━━━ INPUT MATERIAL

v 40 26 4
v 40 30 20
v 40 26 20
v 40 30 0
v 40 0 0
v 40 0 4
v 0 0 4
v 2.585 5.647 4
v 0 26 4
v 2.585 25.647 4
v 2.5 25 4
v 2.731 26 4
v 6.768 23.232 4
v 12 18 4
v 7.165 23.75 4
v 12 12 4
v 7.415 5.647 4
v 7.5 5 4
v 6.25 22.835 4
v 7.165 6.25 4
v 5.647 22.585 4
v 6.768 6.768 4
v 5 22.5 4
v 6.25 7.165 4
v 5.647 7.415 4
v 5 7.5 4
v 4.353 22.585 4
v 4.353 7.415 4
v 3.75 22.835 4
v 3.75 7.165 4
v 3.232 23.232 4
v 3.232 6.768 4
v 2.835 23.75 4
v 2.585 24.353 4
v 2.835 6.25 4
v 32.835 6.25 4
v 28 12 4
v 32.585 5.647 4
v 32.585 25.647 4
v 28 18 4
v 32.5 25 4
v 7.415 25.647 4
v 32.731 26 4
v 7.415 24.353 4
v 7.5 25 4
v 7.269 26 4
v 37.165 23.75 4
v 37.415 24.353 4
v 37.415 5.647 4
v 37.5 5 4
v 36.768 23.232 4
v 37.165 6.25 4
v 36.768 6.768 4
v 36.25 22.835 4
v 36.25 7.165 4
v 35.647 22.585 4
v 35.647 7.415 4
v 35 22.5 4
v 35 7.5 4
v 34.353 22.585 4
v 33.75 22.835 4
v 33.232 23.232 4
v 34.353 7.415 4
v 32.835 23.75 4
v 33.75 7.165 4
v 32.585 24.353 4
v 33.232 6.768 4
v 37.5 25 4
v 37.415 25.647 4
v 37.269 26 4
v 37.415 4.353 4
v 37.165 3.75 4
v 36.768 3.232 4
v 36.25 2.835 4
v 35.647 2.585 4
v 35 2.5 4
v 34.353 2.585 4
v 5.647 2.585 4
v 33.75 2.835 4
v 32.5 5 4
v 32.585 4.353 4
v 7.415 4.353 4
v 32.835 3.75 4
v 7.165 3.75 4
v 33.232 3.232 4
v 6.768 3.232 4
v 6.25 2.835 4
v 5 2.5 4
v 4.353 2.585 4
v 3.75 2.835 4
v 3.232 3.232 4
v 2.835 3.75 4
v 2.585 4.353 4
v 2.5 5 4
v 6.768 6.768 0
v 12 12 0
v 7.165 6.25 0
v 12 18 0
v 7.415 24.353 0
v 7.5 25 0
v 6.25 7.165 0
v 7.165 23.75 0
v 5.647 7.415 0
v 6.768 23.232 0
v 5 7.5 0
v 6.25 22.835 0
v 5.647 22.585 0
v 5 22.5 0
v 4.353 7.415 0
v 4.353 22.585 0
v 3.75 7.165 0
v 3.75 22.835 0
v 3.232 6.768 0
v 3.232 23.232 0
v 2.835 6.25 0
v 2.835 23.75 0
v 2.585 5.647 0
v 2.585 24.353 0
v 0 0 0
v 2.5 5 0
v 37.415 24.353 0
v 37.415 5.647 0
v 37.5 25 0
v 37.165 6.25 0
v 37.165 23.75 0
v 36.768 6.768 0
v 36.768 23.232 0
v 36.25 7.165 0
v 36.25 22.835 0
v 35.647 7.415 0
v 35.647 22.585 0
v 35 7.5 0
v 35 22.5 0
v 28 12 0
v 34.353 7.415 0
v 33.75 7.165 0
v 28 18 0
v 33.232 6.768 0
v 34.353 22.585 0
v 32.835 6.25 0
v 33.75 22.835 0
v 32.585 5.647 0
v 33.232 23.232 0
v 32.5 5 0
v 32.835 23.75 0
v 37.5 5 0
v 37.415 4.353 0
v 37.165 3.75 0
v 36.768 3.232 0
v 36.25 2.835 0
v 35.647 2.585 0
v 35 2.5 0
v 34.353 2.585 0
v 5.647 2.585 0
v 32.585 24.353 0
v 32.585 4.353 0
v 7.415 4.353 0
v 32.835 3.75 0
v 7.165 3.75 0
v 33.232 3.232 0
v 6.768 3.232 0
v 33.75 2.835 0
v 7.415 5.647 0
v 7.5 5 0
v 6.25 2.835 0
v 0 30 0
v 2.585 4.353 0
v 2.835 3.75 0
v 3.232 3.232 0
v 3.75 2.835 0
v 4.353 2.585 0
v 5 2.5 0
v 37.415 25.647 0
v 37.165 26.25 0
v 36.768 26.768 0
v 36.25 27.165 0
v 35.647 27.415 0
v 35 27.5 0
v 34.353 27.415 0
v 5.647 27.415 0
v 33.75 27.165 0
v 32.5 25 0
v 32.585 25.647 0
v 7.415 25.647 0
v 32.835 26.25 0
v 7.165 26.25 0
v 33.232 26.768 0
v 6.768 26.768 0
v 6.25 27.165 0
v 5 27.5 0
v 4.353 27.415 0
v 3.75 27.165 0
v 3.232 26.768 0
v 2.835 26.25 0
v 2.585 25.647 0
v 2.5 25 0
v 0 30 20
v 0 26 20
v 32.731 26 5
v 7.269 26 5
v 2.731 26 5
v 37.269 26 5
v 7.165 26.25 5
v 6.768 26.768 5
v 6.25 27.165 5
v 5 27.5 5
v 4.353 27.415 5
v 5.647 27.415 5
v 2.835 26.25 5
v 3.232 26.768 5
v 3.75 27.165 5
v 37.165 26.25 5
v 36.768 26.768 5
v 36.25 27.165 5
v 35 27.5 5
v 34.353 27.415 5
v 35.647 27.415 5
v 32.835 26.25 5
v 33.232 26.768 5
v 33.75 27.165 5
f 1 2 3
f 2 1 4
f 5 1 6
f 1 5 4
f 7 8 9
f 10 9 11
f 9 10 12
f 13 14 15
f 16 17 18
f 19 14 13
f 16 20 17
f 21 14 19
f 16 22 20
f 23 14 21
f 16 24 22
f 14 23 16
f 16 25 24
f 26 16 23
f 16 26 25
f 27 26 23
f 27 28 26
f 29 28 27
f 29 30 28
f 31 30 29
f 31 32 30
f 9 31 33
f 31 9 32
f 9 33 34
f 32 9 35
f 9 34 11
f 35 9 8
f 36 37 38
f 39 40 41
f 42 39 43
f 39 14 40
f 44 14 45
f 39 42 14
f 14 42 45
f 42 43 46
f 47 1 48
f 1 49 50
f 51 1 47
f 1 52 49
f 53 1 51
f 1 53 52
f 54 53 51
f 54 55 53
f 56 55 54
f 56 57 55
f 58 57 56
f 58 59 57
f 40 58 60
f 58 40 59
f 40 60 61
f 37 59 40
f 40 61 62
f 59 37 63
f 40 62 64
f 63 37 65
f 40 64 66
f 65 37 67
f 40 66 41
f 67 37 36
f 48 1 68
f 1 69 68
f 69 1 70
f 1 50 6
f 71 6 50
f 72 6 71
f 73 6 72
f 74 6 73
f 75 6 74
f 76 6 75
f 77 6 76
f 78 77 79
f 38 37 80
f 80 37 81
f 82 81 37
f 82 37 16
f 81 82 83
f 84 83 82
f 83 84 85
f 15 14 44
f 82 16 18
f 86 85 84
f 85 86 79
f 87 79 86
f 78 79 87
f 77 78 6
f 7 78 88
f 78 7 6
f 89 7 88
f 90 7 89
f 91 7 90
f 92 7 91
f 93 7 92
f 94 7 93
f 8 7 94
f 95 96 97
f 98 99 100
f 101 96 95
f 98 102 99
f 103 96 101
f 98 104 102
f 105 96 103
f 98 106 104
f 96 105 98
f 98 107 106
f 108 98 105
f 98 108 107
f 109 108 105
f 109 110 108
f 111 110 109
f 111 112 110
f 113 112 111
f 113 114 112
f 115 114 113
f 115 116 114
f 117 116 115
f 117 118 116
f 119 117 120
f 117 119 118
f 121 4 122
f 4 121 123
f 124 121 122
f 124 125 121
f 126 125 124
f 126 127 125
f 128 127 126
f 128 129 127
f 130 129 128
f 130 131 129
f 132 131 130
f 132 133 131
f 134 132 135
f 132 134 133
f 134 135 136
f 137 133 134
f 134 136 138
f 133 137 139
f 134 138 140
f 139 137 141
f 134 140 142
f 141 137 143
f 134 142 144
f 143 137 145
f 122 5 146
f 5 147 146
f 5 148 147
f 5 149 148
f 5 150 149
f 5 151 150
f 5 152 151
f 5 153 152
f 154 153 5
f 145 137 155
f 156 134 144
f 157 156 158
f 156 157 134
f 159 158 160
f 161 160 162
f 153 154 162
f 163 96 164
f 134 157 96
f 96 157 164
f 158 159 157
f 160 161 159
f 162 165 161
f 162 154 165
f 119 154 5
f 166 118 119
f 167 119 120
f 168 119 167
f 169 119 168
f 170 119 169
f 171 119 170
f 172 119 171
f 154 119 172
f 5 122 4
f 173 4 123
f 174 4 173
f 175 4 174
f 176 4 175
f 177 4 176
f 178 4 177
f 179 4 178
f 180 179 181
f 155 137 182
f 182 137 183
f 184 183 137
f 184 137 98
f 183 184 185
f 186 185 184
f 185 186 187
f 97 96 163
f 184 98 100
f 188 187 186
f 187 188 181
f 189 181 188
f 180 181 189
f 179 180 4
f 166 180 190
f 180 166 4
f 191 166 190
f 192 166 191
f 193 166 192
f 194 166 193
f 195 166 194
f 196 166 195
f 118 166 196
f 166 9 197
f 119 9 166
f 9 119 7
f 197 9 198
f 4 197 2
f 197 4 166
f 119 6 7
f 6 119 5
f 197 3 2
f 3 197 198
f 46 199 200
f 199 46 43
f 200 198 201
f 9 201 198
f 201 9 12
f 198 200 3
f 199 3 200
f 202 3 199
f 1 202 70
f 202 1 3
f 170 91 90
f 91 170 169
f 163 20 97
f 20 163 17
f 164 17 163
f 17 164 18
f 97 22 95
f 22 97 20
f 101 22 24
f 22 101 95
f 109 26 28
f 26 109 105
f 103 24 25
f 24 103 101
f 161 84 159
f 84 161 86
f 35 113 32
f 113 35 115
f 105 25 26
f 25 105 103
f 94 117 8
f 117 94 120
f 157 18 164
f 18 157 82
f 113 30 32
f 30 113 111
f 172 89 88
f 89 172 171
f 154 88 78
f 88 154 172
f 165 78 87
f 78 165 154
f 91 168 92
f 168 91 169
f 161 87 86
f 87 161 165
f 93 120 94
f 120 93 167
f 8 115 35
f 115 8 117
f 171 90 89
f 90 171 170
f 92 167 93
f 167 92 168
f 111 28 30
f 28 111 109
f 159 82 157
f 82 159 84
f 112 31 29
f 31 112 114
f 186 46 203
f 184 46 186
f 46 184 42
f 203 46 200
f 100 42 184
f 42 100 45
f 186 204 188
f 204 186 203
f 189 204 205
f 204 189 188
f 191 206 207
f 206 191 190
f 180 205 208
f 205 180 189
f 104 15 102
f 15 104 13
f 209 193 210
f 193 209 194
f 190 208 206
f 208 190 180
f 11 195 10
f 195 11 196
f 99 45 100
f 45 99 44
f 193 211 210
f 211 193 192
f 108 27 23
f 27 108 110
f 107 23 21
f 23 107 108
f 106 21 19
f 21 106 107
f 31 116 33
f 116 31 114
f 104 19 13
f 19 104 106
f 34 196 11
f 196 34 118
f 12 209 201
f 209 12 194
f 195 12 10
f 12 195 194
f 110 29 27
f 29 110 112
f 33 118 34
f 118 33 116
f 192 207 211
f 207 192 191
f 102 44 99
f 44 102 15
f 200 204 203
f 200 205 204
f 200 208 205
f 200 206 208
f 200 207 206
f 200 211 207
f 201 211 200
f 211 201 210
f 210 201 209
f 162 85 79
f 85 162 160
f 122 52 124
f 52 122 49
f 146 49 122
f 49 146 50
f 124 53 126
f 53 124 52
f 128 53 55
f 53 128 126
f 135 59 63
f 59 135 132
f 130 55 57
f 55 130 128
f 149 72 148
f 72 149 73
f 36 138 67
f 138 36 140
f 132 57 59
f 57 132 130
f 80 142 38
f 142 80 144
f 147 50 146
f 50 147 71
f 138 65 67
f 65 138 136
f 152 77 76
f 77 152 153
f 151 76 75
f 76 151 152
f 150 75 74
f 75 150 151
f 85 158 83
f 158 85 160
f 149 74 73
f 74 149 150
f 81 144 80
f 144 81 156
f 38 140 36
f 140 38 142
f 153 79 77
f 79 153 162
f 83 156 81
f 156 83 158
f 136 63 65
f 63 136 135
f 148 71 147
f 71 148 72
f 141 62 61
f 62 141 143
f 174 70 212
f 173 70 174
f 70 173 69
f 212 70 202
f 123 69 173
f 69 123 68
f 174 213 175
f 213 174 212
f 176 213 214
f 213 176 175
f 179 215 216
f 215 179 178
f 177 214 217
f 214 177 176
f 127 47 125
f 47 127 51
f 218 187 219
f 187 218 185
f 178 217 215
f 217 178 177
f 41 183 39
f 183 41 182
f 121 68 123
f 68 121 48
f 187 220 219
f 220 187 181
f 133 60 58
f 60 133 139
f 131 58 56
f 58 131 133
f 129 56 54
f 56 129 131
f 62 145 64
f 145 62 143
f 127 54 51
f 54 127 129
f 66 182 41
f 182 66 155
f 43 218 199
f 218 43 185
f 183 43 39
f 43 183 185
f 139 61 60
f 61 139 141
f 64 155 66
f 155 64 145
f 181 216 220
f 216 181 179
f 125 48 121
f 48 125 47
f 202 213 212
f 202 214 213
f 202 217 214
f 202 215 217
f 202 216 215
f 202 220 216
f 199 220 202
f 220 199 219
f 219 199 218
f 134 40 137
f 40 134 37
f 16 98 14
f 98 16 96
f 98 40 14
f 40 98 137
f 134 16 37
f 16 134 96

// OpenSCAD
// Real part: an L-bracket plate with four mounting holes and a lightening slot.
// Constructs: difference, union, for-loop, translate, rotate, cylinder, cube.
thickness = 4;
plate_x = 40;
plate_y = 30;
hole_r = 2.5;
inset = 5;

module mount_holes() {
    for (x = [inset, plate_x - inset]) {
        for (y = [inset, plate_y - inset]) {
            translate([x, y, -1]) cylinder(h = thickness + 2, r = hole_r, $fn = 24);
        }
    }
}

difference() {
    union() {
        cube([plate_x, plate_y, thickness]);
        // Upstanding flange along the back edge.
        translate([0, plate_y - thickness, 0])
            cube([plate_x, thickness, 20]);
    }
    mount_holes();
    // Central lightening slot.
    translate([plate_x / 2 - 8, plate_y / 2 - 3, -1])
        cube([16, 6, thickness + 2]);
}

━━━━━━
━━━ INPUT MATERIAL

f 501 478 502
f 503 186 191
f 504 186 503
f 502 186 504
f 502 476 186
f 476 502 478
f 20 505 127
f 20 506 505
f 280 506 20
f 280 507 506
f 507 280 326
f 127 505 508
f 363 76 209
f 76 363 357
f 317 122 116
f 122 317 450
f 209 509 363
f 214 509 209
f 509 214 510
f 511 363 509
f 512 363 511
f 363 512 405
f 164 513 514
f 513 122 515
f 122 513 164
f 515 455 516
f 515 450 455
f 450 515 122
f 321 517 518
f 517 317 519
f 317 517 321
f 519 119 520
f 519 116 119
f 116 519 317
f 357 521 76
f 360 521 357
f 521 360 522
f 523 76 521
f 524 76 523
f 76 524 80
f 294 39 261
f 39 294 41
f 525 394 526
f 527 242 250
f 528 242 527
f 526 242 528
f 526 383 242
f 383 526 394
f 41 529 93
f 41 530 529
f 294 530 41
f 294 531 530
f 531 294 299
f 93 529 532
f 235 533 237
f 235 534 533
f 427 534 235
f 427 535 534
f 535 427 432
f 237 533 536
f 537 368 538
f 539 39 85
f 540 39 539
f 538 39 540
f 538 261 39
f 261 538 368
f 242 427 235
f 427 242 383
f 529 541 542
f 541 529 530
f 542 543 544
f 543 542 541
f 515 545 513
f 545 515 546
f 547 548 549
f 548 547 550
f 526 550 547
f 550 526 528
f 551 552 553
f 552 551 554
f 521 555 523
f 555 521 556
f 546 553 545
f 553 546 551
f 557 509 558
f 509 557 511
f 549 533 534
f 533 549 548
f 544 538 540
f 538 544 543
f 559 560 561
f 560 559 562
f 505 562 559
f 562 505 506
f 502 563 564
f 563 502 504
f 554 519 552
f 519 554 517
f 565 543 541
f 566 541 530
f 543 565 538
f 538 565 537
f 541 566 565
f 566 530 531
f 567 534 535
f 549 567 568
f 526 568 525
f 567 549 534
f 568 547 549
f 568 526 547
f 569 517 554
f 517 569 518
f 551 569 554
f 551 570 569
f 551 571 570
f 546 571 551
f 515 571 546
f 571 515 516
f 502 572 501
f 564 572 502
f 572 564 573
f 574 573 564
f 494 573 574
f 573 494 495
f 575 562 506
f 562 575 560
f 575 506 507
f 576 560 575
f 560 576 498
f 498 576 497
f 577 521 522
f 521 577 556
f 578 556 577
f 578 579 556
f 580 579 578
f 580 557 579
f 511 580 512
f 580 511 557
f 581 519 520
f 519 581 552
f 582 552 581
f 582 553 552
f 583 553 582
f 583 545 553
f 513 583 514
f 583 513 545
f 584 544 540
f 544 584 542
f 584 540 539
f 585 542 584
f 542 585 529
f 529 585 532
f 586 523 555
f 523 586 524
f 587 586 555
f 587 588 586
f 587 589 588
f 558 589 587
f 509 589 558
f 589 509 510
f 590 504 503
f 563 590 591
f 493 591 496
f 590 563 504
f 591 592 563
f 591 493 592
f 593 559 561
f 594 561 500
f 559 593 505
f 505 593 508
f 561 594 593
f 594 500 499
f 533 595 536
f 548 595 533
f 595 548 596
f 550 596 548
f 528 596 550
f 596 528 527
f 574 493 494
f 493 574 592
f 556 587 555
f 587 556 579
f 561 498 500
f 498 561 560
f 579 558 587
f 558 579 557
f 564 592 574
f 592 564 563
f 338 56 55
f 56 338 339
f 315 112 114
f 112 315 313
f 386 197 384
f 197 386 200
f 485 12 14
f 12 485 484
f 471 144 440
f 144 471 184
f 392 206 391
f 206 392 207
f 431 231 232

━━━━━━

## [TASK DETAILS]
Using the records above, restate word for word the lines from the one with "f 280 507 506" through the one with "f 596 528 527", both included.

## [EXERCISE SOLUTION]
f 280 507 506
f 507 280 326
f 127 505 508
f 363 76 209
f 76 363 357
f 317 122 116
f 122 317 450
f 209 509 363
f 214 509 209
f 509 214 510
f 511 363 509
f 512 363 511
f 363 512 405
f 164 513 514
f 513 122 515
f 122 513 164
f 515 455 516
f 515 450 455
f 450 515 122
f 321 517 518
f 517 317 519
f 317 517 321
f 519 119 520
f 519 116 119
f 116 519 317
f 357 521 76
f 360 521 357
f 521 360 522
f 523 76 521
f 524 76 523
f 76 524 80
f 294 39 261
f 39 294 41
f 525 394 526
f 527 242 250
f 528 242 527
f 526 242 528
f 526 383 242
f 383 526 394
f 41 529 93
f 41 530 529
f 294 530 41
f 294 531 530
f 531 294 299
f 93 529 532
f 235 533 237
f 235 534 533
f 427 534 235
f 427 535 534
f 535 427 432
f 237 533 536
f 537 368 538
f 539 39 85
f 540 39 539
f 538 39 540
f 538 261 39
f 261 538 368
f 242 427 235
f 427 242 383
f 529 541 542
f 541 529 530
f 542 543 544
f 543 542 541
f 515 545 513
f 545 515 546
f 547 548 549
f 548 547 550
f 526 550 547
f 550 526 528
f 551 552 553
f 552 551 554
f 521 555 523
f 555 521 556
f 546 553 545
f 553 546 551
f 557 509 558
f 509 557 511
f 549 533 534
f 533 549 548
f 544 538 540
f 538 544 543
f 559 560 561
f 560 559 562
f 505 562 559
f 562 505 506
f 502 563 564
f 563 502 504
f 554 519 552
f 519 554 517
f 565 543 541
f 566 541 530
f 543 565 538
f 538 565 537
f 541 566 565
f 566 530 531
f 567 534 535
f 549 567 568
f 526 568 525
f 567 549 534
f 568 547 549
f 568 526 547
f 569 517 554
f 517 569 518
f 551 569 554
f 551 570 569
f 551 571 570
f 546 571 551
f 515 571 546
f 571 515 516
f 502 572 501
f 564 572 502
f 572 564 573
f 574 573 564
f 494 573 574
f 573 494 495
f 575 562 506
f 562 575 560
f 575 506 507
f 576 560 575
f 560 576 498
f 498 576 497
f 577 521 522
f 521 577 556
f 578 556 577
f 578 579 556
f 580 579 578
f 580 557 579
f 511 580 512
f 580 511 557
f 581 519 520
f 519 581 552
f 582 552 581
f 582 553 552
f 583 553 582
f 583 545 553
f 513 583 514
f 583 513 545
f 584 544 540
f 544 584 542
f 584 540 539
f 585 542 584
f 542 585 529
f 529 585 532
f 586 523 555
f 523 586 524
f 587 586 555
f 587 588 586
f 587 589 588
f 558 589 587
f 509 589 558
f 589 509 510
f 590 504 503
f 563 590 591
f 493 591 496
f 590 563 504
f 591 592 563
f 591 493 592
f 593 559 561
f 594 561 500
f 559 593 505
f 505 593 508
f 561 594 593
f 594 500 499
f 533 595 536
f 548 595 533
f 595 548 596
f 550 596 548
f 528 596 550
f 596 528 527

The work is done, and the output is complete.